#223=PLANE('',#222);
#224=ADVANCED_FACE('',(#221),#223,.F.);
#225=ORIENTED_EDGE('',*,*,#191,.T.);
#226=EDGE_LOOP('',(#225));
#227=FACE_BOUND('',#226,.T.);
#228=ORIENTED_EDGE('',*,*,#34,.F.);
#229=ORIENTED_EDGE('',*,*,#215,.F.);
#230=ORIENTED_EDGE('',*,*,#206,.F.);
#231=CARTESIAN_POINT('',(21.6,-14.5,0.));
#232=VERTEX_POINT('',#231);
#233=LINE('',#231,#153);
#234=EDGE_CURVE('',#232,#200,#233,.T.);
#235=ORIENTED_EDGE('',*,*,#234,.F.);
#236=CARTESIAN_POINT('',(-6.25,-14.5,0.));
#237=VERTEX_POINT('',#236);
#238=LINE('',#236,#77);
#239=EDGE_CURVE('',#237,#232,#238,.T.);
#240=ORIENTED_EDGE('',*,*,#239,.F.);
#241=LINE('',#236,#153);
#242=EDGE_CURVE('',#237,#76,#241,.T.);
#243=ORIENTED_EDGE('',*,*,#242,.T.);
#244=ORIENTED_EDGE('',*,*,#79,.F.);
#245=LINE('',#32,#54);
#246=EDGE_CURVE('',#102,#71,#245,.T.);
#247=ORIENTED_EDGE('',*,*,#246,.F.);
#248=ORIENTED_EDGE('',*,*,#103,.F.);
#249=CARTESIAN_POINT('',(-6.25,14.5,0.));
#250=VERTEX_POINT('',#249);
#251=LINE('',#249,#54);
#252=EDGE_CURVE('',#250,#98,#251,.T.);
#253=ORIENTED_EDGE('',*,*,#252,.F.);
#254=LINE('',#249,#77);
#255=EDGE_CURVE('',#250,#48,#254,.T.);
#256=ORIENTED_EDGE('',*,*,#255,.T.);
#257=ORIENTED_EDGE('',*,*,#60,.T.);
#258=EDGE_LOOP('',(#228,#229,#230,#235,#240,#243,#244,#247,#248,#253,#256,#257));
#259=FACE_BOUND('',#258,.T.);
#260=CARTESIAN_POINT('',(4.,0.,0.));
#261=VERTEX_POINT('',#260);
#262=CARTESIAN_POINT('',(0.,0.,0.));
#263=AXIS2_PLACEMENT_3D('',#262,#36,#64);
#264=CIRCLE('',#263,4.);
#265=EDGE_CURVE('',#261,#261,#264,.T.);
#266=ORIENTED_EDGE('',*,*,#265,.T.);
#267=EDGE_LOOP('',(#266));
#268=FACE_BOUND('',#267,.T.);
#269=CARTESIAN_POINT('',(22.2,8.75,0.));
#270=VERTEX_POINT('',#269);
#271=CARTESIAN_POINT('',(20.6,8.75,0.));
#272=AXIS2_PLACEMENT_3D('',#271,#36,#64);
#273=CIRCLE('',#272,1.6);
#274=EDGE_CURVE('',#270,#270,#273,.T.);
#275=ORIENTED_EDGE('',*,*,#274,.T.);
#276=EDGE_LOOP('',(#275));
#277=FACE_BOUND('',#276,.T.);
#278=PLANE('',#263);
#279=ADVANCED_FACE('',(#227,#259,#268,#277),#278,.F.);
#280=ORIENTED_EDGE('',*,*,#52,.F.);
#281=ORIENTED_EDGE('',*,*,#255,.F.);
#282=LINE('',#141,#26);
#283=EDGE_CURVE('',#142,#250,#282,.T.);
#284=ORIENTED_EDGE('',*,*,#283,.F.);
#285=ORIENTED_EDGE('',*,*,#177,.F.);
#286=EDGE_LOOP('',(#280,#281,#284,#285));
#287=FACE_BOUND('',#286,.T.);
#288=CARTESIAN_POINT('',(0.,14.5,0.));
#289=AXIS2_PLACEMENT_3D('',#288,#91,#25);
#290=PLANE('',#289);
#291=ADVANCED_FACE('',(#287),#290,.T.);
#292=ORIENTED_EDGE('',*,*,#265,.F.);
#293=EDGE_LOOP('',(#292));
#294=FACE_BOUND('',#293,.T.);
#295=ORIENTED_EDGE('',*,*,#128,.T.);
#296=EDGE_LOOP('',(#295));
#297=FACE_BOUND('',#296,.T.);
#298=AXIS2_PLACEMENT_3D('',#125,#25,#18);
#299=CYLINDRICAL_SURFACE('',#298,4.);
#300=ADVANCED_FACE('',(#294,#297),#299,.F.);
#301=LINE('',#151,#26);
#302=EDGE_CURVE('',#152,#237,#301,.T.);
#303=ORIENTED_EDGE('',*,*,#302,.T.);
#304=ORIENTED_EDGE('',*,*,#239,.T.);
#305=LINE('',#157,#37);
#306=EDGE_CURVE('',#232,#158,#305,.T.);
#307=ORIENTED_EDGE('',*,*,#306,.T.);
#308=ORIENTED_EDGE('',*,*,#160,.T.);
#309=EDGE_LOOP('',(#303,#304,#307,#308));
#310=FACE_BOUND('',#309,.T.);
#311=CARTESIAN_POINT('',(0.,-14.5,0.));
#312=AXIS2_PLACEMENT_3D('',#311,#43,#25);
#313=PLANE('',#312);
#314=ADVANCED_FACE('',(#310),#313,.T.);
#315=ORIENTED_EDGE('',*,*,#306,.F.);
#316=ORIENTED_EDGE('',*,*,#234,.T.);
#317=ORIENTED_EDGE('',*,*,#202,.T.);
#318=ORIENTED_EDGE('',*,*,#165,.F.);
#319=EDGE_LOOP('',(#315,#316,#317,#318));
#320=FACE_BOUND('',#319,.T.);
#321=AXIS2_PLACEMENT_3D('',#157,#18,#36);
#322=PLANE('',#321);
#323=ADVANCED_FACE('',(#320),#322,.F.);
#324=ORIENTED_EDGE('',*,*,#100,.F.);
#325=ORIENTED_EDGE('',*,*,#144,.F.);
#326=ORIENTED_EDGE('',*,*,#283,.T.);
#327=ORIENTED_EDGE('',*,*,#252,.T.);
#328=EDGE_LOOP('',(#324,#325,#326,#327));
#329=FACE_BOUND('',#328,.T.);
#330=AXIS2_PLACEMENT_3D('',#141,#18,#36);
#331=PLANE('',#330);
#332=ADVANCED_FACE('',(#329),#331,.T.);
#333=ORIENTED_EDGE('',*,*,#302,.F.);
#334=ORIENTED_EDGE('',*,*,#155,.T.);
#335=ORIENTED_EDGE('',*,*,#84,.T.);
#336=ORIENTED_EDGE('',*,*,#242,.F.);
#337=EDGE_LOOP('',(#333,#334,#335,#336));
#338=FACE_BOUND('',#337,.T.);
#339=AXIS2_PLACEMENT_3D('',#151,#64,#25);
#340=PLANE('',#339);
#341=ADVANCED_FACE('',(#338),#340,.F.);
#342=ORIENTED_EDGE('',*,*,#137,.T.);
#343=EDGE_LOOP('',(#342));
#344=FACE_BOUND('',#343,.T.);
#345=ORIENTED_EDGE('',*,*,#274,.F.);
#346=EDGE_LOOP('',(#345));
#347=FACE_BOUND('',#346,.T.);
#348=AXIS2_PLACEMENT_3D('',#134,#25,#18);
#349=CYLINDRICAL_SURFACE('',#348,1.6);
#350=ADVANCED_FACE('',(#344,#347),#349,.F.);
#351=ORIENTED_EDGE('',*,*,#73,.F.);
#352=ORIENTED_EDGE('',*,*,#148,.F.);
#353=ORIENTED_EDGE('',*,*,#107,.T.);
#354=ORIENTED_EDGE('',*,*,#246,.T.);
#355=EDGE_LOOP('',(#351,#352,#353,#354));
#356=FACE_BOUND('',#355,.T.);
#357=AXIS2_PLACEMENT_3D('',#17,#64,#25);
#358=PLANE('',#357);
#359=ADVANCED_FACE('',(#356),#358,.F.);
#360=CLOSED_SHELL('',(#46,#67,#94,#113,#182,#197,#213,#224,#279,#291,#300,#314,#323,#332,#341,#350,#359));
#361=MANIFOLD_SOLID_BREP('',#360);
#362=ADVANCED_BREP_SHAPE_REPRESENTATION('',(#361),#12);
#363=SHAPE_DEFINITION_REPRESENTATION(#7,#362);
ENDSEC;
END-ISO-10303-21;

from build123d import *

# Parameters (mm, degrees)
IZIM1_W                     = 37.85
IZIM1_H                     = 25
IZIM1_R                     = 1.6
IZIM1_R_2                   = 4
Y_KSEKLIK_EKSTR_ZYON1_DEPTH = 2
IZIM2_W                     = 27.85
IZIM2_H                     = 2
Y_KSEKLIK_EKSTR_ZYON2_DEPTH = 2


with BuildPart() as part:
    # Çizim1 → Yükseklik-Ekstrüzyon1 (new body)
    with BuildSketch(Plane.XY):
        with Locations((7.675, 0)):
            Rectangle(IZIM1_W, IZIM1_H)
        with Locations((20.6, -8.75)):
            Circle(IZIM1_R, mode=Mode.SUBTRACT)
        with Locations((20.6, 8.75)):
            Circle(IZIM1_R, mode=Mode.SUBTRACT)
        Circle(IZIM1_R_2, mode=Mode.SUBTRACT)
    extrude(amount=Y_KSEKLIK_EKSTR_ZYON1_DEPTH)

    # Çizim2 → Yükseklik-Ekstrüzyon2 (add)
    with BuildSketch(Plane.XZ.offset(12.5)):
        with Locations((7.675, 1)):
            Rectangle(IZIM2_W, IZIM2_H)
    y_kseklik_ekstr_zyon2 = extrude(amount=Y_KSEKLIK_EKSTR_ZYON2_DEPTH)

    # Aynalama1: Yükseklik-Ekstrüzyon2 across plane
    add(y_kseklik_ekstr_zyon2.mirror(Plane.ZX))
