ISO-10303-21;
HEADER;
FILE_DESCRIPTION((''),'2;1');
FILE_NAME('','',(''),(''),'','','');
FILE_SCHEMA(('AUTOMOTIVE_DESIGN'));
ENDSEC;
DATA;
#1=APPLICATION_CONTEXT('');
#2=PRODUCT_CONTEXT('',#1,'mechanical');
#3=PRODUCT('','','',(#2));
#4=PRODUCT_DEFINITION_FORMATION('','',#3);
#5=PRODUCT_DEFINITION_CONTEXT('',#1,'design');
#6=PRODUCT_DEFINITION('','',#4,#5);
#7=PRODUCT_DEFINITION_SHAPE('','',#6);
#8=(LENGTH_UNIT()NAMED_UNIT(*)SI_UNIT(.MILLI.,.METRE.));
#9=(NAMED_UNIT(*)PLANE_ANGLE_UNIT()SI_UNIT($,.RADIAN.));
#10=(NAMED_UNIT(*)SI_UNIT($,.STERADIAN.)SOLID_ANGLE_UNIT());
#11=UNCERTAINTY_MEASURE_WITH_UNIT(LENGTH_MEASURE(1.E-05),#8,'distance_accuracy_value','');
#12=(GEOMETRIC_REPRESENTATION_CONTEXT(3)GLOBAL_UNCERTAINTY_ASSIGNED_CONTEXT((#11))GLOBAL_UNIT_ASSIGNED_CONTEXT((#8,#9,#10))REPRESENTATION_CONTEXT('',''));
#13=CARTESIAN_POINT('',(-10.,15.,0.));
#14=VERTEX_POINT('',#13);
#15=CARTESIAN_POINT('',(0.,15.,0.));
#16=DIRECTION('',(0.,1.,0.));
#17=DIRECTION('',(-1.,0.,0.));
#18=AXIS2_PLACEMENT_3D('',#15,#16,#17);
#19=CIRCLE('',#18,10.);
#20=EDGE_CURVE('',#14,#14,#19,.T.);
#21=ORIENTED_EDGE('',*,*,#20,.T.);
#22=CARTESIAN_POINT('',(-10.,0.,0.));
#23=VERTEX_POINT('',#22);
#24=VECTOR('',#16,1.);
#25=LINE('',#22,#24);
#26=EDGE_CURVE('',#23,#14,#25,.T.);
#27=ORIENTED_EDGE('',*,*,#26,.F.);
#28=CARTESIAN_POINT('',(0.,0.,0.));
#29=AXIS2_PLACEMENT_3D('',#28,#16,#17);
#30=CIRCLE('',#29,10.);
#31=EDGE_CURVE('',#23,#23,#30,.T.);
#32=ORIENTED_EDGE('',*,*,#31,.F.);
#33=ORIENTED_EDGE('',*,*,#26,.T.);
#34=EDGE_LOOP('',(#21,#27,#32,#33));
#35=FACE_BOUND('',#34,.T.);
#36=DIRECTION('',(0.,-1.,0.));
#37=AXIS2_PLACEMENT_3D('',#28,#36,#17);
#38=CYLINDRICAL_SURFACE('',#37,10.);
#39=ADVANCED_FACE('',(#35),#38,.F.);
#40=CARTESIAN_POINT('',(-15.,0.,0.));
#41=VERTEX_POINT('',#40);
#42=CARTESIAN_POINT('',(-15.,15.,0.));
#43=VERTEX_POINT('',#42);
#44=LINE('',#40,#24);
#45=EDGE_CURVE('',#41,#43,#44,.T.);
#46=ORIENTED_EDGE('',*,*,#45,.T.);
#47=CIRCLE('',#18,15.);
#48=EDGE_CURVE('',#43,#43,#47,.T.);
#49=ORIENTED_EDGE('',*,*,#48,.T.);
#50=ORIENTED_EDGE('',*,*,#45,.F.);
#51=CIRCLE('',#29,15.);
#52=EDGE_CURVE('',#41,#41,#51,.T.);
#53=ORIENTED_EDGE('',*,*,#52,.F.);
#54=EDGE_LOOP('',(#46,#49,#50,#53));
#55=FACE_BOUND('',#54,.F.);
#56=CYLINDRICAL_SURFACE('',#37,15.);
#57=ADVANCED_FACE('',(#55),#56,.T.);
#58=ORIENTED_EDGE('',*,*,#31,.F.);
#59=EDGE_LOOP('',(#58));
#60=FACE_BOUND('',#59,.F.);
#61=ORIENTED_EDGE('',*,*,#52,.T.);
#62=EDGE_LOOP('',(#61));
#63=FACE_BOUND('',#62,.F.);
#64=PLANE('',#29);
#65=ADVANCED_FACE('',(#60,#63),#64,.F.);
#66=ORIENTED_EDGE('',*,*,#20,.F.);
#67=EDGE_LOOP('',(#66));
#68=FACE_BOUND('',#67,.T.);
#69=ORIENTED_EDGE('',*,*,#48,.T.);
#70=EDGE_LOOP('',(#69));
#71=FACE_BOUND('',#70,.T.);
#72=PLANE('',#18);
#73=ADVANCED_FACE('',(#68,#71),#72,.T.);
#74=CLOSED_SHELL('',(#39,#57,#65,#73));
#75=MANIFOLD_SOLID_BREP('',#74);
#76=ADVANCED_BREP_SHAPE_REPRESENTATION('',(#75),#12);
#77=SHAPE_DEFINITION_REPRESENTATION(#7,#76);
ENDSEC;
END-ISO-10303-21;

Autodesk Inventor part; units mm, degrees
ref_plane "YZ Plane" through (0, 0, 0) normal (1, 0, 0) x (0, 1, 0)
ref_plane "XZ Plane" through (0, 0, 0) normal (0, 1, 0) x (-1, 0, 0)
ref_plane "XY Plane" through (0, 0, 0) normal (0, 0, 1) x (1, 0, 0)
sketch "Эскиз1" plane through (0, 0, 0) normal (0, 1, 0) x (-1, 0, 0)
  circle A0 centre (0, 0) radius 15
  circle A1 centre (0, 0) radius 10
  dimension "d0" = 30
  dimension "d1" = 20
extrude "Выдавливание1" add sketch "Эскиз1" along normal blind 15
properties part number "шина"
◇ ◇ ◇ ◇ ◇ ◇ ◇
*Action item*:
Among the records above, a stretch begins at the line containing "#20=EDGE_CURVE('',#14,#14,#19,.T.);" and ends at the line containing "#34=EDGE_LOOP('',(#21,#27,#32,#33));". Restate that stretch word for word, and nothing else.

*Answer to the exercise*:
#20=EDGE_CURVE('',#14,#14,#19,.T.);
#21=ORIENTED_EDGE('',*,*,#20,.T.);
#22=CARTESIAN_POINT('',(-10.,0.,0.));
#23=VERTEX_POINT('',#22);
#24=VECTOR('',#16,1.);
#25=LINE('',#22,#24);
#26=EDGE_CURVE('',#23,#14,#25,.T.);
#27=ORIENTED_EDGE('',*,*,#26,.F.);
#28=CARTESIAN_POINT('',(0.,0.,0.));
#29=AXIS2_PLACEMENT_3D('',#28,#16,#17);
#30=CIRCLE('',#29,10.);
#31=EDGE_CURVE('',#23,#23,#30,.T.);
#32=ORIENTED_EDGE('',*,*,#31,.F.);
#33=ORIENTED_EDGE('',*,*,#26,.T.);
#34=EDGE_LOOP('',(#21,#27,#32,#33));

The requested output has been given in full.